June 26, Elvis' mother and father moved temporarily to Killeen,
Texas near the base. Elvis applied for and received permission to live off base
with them - off-base living being an option any G.I. had the option of applying
for. Elvis obtained a three-bedroom trailer home and moved there with his
parents, grandmother Minnie Mae, and friend Lamar Fike.
July 1, When the trailer became a little too cramped, following
the arrival of cousins Gene and Junior Smith, Elvis simply rented a house where
he could stay with his family on the weekends while undergoing advanced tank
training during the week. Friends would drop by, and Gladys would prepare food
for everyone.
July 2, 'King Creole' opens in theaters nationwide.
August 8, All though the summer Gladys has been feeling ill.

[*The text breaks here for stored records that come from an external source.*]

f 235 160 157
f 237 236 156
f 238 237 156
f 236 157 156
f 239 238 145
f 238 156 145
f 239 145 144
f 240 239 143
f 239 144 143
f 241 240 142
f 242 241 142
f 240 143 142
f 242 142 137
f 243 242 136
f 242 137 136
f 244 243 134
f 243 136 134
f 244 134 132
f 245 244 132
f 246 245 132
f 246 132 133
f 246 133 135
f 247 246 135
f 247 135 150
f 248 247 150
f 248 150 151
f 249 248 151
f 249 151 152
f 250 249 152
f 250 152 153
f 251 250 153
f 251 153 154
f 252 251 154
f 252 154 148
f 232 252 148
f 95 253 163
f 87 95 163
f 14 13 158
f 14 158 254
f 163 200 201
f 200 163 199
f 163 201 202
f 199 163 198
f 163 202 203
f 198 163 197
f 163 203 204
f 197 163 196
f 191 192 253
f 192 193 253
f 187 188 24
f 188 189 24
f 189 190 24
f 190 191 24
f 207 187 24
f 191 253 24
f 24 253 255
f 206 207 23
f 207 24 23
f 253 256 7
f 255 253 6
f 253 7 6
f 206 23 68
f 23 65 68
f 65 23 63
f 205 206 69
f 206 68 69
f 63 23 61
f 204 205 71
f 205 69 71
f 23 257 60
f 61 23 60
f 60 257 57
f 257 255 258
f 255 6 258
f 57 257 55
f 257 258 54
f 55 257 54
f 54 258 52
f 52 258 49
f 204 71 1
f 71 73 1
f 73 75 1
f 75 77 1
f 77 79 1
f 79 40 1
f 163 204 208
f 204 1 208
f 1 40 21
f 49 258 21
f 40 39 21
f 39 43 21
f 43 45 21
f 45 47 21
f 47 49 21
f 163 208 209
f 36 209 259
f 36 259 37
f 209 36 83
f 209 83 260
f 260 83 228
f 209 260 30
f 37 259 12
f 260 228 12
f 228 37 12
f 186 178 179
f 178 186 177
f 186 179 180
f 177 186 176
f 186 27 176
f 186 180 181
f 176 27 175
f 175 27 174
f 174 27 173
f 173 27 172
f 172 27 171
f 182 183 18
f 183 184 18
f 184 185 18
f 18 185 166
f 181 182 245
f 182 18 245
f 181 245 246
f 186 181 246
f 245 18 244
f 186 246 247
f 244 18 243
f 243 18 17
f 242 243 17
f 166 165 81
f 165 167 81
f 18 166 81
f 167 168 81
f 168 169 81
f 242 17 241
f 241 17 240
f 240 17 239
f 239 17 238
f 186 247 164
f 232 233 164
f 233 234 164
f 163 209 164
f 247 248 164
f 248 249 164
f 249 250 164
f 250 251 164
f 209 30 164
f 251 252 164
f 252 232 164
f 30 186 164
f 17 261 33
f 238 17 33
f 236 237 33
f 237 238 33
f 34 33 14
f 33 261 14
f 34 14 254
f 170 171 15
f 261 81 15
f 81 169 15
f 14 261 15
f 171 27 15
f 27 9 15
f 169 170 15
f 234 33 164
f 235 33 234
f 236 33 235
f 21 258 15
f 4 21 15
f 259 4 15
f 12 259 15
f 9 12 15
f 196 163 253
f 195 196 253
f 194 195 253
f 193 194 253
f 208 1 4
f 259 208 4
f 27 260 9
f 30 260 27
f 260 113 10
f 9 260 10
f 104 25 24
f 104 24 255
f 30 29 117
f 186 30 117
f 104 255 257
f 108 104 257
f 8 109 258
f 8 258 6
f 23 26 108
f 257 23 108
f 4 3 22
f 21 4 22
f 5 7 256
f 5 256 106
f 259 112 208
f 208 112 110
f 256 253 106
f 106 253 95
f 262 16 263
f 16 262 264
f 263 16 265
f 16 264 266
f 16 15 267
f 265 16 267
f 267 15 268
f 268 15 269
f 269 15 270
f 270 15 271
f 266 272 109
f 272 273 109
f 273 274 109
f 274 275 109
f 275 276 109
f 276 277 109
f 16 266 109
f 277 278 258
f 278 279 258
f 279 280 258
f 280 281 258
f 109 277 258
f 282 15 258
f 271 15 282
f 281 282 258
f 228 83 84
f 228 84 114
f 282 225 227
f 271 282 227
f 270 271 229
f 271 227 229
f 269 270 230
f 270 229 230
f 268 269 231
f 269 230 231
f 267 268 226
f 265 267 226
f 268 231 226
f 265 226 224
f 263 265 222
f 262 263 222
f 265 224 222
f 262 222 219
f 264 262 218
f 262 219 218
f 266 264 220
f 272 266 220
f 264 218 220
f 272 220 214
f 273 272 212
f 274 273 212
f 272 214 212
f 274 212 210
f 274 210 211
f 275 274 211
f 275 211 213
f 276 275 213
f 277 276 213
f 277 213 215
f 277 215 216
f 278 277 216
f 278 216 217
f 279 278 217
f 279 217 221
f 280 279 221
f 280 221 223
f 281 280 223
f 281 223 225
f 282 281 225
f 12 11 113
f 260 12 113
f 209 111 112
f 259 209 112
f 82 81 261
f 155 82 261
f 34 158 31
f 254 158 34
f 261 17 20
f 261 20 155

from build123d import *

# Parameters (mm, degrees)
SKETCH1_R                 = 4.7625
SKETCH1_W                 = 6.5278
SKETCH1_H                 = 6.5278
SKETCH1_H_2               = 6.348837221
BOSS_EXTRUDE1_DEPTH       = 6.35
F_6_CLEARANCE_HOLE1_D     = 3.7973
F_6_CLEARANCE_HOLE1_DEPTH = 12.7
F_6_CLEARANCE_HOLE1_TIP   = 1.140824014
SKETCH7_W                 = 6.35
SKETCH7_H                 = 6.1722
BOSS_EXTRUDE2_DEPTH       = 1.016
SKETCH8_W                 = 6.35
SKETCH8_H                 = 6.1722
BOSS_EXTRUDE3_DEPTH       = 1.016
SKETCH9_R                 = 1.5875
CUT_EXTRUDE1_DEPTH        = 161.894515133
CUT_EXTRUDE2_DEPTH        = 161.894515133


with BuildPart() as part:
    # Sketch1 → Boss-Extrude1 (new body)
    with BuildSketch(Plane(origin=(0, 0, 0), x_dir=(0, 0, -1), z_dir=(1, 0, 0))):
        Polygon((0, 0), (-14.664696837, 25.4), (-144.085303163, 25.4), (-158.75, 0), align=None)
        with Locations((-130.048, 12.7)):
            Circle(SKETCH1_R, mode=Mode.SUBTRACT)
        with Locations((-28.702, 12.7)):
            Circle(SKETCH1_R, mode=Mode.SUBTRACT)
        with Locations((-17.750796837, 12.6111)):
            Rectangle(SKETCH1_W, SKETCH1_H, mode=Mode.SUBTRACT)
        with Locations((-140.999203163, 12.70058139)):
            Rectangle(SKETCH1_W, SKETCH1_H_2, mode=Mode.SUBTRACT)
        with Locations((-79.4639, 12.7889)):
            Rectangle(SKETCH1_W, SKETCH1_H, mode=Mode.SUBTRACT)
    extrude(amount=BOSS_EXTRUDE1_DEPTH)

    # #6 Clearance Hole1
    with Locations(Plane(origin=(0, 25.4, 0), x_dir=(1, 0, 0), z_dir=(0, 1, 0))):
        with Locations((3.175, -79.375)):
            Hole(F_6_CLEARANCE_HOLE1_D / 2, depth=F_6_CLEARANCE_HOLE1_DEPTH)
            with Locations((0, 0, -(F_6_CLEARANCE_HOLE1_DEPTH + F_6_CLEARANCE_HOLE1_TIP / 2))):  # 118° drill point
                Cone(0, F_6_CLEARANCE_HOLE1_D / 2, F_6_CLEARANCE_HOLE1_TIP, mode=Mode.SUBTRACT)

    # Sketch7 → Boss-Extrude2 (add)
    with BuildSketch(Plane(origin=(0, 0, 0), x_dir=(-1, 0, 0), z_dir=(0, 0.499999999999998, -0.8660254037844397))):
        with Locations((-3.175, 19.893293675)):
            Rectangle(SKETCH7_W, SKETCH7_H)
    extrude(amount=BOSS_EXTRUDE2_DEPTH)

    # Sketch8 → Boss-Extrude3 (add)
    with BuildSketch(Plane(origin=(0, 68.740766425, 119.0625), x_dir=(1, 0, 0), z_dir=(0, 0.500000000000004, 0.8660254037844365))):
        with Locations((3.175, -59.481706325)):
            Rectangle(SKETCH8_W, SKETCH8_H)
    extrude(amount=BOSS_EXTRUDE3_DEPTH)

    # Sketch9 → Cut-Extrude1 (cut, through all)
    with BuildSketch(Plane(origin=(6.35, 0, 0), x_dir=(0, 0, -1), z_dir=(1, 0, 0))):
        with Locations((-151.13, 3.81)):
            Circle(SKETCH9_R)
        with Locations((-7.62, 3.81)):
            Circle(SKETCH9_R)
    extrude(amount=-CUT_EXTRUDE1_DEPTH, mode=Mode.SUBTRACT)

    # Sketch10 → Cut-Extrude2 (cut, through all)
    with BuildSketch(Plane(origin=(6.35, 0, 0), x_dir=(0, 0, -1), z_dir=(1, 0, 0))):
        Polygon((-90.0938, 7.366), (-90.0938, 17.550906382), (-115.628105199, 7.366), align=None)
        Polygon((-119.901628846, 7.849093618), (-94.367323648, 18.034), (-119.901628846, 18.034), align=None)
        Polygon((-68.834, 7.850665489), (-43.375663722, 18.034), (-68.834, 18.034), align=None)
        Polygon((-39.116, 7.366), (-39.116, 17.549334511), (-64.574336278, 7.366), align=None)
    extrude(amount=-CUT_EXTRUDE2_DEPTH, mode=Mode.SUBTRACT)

As her condition worsens Elvis insists that she do something about it, putting
his parents on a train to Memphis so that she can see her personal physician,
Dr. Charles Clarke.
August 9, Responding to an 11.30am emergency call, an ambulance
transports Mrs. Presley from Graceland to Methodist Hospital, where her
condition is listed as grave.
Elvis completes Advanced Tank Training.
August 11, Elvis commences his Basic unit Training.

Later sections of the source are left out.